> [Exercise prompt]: Find the line with "f 240 271 276" in the entries below. Repeat it, every following line, and the line with "f 233 298 295", exactly and with nothing added.

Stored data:
════════════════
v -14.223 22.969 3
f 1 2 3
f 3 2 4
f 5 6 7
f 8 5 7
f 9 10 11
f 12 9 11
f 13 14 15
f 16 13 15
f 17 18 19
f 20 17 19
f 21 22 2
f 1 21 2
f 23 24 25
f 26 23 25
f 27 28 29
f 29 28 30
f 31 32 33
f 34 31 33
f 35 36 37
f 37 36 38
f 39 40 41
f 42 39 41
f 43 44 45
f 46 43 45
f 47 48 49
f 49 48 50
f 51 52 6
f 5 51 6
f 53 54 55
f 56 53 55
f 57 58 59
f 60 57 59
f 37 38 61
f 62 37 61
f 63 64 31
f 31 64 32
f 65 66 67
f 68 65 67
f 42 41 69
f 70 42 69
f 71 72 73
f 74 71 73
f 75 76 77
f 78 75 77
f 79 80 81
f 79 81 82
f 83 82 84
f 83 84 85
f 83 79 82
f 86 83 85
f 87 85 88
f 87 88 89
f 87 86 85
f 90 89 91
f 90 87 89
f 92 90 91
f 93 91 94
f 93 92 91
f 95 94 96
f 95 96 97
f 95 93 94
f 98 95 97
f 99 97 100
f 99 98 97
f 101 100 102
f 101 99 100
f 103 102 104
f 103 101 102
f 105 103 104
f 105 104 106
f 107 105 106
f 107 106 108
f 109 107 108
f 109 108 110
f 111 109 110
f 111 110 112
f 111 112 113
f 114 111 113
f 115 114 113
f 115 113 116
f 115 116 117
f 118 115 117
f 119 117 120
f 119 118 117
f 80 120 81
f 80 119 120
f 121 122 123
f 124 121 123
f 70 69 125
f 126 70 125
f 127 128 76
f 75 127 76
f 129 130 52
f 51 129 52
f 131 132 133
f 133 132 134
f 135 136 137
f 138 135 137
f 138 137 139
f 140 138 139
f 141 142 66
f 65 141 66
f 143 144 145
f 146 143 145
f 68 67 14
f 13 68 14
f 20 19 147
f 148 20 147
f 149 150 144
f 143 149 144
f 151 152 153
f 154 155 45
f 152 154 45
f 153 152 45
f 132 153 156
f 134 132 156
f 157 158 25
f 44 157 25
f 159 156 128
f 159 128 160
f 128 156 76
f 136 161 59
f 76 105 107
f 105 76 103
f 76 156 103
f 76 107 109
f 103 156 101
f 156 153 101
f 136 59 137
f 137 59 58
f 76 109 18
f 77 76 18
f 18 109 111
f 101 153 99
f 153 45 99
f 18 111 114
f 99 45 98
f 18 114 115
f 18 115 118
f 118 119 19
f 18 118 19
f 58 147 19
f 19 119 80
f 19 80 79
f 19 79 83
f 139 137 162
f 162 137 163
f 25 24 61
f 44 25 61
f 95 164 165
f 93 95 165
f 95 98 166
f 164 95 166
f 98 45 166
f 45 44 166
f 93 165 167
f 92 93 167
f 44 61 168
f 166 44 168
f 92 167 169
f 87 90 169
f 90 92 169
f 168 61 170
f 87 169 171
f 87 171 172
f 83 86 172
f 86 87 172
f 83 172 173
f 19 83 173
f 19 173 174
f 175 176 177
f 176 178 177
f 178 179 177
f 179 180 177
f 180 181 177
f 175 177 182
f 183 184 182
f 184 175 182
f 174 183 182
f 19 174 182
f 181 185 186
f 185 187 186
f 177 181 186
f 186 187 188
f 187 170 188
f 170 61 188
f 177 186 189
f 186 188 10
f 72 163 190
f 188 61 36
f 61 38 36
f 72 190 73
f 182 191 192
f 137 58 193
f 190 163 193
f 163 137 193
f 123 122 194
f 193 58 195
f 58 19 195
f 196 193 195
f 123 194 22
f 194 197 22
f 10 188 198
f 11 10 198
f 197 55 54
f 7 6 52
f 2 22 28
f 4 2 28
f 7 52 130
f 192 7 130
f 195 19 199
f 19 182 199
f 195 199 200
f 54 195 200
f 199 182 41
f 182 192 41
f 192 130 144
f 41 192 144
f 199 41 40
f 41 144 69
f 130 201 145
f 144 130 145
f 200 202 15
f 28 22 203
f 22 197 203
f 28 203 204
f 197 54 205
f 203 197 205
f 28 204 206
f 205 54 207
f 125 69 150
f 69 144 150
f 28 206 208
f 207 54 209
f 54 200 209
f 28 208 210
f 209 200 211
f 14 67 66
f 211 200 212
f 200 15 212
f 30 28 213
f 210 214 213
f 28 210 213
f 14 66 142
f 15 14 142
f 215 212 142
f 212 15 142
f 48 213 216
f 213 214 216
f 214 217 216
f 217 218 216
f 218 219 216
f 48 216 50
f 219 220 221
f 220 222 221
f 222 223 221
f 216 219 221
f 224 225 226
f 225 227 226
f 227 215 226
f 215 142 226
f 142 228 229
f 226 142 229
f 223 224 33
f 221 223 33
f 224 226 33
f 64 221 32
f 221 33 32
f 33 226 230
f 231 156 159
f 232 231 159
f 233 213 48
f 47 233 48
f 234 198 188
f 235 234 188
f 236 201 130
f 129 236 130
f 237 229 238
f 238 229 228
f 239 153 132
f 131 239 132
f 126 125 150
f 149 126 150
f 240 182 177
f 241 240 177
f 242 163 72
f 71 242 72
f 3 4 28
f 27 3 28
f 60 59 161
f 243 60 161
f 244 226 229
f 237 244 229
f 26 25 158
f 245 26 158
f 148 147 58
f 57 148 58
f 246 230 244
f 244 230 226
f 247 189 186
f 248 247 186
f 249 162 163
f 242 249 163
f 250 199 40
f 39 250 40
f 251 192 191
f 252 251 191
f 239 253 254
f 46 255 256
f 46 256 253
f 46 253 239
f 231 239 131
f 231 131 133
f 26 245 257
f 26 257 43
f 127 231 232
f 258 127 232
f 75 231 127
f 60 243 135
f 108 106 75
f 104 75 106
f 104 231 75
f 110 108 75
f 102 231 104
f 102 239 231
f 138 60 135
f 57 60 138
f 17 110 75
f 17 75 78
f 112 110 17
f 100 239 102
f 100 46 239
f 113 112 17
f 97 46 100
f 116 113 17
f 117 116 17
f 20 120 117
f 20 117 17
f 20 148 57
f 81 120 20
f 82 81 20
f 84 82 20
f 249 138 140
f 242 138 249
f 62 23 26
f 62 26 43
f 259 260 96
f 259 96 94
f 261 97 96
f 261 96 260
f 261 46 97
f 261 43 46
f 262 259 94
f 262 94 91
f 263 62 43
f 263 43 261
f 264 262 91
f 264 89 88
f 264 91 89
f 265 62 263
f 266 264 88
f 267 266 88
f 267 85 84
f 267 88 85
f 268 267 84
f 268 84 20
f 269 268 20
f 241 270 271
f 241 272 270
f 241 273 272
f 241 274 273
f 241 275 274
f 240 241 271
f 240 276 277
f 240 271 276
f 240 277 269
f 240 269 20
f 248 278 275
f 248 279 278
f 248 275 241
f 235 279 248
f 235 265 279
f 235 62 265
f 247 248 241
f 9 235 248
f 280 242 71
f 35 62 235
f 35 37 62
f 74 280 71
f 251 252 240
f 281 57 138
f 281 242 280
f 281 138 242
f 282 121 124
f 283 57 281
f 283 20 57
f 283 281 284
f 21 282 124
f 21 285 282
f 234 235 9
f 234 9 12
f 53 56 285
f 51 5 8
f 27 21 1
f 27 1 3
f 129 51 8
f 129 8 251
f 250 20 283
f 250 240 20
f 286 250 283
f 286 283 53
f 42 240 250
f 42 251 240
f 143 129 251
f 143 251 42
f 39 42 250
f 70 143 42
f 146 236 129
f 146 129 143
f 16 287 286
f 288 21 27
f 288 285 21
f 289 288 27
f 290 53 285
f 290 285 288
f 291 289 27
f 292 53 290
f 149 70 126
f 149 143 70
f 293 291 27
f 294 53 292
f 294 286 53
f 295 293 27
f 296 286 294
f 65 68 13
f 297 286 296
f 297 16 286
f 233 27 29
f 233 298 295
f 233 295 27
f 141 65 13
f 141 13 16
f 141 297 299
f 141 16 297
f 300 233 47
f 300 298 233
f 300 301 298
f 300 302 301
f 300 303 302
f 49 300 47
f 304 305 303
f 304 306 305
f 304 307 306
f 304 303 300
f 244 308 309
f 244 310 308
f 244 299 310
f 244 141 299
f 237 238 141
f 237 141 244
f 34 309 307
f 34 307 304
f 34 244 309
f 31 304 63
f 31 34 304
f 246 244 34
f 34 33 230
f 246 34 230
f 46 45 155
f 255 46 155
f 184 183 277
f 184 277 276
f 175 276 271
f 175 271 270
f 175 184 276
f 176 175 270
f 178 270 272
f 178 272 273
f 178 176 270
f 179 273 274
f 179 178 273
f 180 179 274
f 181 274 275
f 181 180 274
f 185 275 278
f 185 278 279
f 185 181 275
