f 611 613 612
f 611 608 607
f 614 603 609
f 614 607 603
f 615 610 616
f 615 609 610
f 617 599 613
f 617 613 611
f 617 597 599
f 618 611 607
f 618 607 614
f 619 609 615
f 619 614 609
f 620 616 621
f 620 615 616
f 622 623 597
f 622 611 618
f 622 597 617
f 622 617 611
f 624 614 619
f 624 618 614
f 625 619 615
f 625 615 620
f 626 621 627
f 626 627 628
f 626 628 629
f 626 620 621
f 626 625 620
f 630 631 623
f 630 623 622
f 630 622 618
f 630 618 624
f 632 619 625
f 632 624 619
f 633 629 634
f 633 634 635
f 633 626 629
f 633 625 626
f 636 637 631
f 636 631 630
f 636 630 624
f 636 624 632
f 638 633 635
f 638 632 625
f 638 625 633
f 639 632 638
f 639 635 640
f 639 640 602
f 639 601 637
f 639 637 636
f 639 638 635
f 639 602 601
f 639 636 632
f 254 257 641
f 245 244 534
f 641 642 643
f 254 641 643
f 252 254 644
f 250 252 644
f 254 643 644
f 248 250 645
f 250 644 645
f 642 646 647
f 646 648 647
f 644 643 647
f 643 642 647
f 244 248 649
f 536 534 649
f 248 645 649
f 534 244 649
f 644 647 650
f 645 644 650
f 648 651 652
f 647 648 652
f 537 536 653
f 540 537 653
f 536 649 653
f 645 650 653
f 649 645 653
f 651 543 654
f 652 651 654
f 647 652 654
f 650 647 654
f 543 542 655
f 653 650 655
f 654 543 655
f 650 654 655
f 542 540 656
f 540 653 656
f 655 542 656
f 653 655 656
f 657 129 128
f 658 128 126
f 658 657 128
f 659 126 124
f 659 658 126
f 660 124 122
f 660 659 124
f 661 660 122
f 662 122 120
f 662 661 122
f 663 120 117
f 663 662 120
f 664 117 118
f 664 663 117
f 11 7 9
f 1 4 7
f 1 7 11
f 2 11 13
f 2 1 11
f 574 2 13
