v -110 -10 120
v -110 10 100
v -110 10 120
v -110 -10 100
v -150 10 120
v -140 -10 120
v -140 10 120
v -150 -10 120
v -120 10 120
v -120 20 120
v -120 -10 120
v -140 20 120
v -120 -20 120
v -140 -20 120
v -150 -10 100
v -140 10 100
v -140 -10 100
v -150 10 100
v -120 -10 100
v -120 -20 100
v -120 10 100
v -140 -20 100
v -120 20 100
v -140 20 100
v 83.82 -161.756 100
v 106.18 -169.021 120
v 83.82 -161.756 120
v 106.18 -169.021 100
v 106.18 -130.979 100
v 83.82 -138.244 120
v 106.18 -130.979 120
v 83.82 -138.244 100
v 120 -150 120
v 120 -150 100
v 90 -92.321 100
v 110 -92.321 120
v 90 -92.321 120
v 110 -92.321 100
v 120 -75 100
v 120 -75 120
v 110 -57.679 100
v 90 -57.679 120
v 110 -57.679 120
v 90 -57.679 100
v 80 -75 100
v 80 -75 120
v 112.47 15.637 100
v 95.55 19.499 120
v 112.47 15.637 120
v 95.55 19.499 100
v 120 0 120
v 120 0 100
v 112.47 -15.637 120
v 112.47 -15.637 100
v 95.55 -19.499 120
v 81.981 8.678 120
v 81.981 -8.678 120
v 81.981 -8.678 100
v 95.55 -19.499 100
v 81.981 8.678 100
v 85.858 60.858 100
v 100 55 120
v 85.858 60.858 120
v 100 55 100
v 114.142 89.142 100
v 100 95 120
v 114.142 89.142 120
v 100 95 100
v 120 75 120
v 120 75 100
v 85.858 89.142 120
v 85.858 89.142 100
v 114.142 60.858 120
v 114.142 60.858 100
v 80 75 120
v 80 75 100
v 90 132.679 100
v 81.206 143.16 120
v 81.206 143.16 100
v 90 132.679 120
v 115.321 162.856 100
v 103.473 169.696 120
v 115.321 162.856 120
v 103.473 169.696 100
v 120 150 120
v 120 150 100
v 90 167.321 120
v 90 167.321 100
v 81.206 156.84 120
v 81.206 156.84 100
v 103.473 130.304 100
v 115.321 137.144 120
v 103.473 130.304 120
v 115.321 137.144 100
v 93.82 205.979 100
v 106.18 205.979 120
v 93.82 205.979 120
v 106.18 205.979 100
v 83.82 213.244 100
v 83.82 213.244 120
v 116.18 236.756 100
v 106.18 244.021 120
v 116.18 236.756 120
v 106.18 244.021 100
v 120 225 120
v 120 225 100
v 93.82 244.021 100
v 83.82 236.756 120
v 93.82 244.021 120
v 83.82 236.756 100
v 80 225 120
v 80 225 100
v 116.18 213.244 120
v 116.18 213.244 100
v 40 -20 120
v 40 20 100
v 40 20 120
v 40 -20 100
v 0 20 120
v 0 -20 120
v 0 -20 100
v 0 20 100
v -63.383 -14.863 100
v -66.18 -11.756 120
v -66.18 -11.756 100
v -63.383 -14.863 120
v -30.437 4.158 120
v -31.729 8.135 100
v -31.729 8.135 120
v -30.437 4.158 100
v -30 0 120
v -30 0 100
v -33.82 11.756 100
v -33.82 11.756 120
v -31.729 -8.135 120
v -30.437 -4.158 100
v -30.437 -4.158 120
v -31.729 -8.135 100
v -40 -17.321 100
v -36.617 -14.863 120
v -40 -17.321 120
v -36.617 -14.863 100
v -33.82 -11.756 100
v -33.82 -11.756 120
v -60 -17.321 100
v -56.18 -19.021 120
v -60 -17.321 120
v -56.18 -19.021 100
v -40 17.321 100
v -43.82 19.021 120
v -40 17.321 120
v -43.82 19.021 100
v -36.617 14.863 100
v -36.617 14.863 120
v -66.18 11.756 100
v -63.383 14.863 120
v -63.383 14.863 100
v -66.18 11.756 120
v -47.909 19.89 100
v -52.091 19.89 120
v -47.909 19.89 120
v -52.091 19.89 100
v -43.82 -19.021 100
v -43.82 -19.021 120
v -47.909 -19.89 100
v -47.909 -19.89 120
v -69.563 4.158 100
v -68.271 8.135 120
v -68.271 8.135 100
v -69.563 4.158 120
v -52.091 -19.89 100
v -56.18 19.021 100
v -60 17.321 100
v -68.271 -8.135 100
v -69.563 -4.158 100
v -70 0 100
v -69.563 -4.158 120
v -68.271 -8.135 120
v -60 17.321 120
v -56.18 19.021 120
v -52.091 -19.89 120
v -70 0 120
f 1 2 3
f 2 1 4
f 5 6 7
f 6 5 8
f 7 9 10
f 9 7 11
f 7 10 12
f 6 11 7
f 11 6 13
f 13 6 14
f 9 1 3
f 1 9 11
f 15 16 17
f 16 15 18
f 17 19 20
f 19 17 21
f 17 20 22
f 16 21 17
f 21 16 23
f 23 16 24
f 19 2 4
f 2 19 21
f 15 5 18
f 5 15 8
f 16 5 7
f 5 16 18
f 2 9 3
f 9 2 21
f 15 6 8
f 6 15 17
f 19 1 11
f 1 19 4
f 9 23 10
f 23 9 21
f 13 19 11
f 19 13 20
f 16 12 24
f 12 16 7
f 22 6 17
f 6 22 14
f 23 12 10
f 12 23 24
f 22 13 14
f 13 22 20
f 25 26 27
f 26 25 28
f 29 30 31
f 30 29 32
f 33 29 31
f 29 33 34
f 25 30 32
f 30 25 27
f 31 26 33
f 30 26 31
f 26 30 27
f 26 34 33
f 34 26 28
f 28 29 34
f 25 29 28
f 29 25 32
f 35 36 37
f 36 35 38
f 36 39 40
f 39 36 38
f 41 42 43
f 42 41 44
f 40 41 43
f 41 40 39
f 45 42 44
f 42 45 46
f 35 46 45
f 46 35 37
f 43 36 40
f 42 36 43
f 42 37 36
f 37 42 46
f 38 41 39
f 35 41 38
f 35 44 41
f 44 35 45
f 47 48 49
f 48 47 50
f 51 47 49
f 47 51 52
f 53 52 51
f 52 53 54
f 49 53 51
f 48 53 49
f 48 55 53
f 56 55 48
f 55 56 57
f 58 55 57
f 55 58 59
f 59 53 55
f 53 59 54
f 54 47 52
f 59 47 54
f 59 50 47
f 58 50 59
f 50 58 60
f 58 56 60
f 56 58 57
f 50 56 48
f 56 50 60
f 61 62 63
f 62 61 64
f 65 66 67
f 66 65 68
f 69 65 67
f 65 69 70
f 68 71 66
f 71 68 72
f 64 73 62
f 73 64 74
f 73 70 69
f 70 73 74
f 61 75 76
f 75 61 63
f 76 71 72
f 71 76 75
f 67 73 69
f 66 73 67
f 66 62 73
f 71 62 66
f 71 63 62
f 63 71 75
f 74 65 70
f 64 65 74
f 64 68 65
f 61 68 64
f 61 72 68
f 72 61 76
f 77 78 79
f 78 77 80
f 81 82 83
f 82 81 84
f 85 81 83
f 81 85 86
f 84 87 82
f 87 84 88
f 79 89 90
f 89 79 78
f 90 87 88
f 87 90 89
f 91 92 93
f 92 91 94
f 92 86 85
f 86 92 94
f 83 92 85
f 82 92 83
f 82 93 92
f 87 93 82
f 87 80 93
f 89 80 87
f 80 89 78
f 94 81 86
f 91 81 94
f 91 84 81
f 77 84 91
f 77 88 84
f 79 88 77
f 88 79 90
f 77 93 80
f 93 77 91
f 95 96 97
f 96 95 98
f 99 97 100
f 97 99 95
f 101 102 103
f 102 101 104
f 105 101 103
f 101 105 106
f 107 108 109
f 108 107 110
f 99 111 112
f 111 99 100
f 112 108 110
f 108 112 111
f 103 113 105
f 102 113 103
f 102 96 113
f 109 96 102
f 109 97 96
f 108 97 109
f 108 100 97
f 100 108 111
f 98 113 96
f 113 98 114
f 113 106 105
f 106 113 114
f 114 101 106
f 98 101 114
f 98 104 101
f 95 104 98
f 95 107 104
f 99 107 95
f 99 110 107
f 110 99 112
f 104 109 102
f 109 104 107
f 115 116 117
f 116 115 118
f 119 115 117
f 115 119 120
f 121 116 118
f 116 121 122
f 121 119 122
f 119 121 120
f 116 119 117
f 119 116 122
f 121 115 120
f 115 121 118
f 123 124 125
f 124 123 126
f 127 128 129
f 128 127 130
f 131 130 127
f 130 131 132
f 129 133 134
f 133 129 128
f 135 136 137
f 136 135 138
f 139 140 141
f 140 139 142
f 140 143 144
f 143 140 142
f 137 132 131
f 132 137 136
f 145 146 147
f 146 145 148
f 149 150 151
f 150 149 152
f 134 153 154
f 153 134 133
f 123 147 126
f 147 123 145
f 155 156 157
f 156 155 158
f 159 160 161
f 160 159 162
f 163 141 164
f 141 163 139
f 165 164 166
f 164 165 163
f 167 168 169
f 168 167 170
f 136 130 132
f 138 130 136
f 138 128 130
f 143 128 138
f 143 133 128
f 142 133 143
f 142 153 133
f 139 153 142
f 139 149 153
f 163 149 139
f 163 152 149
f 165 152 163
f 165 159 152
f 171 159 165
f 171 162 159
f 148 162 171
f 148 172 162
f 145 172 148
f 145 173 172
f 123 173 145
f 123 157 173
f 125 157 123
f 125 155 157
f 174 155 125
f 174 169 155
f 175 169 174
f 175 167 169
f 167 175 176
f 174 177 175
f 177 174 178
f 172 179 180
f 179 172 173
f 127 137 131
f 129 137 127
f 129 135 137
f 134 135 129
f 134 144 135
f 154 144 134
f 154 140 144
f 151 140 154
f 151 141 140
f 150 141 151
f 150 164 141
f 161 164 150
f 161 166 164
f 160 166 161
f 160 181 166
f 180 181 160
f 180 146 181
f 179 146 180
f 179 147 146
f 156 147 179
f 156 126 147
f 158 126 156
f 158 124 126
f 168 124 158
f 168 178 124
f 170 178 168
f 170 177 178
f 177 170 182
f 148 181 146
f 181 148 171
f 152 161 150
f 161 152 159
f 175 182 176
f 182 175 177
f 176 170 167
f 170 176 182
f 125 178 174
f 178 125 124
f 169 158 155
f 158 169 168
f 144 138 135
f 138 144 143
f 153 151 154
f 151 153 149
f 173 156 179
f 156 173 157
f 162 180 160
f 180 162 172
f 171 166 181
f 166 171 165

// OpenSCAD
// generate various floating objects to generate support under

float_height = 100;

translate([0, -20, float_height])
cube([40, 40, 20]);

translate([-50, 0, float_height])
cylinder(r=20, h=20);

translate([-150, -20, float_height])
union() {
translate([0, 10, 0])
cube([40, 20, 20]);

translate([10, 0, 0])
cube([20, 40, 20]);
}

for(i=[5:10]) {
  translate([100, -150 + 75 * (i-5), float_height])
  cylinder(r=20, h=20, $fn=i);
}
════════════════
> [Completed task]:
f 240 271 276
f 240 277 269
f 240 269 20
f 248 278 275
f 248 279 278
f 248 275 241
f 235 279 248
f 235 265 279
f 235 62 265
f 247 248 241
f 9 235 248
f 280 242 71
f 35 62 235
f 35 37 62
f 74 280 71
f 251 252 240
f 281 57 138
f 281 242 280
f 281 138 242
f 282 121 124
f 283 57 281
f 283 20 57
f 283 281 284
f 21 282 124
f 21 285 282
f 234 235 9
f 234 9 12
f 53 56 285
f 51 5 8
f 27 21 1
f 27 1 3
f 129 51 8
f 129 8 251
f 250 20 283
f 250 240 20
f 286 250 283
f 286 283 53
f 42 240 250
f 42 251 240
f 143 129 251
f 143 251 42
f 39 42 250
f 70 143 42
f 146 236 129
f 146 129 143
f 16 287 286
f 288 21 27
f 288 285 21
f 289 288 27
f 290 53 285
f 290 285 288
f 291 289 27
f 292 53 290
f 149 70 126
f 149 143 70
f 293 291 27
f 294 53 292
f 294 286 53
f 295 293 27
f 296 286 294
f 65 68 13
f 297 286 296
f 297 16 286
f 233 27 29
f 233 298 295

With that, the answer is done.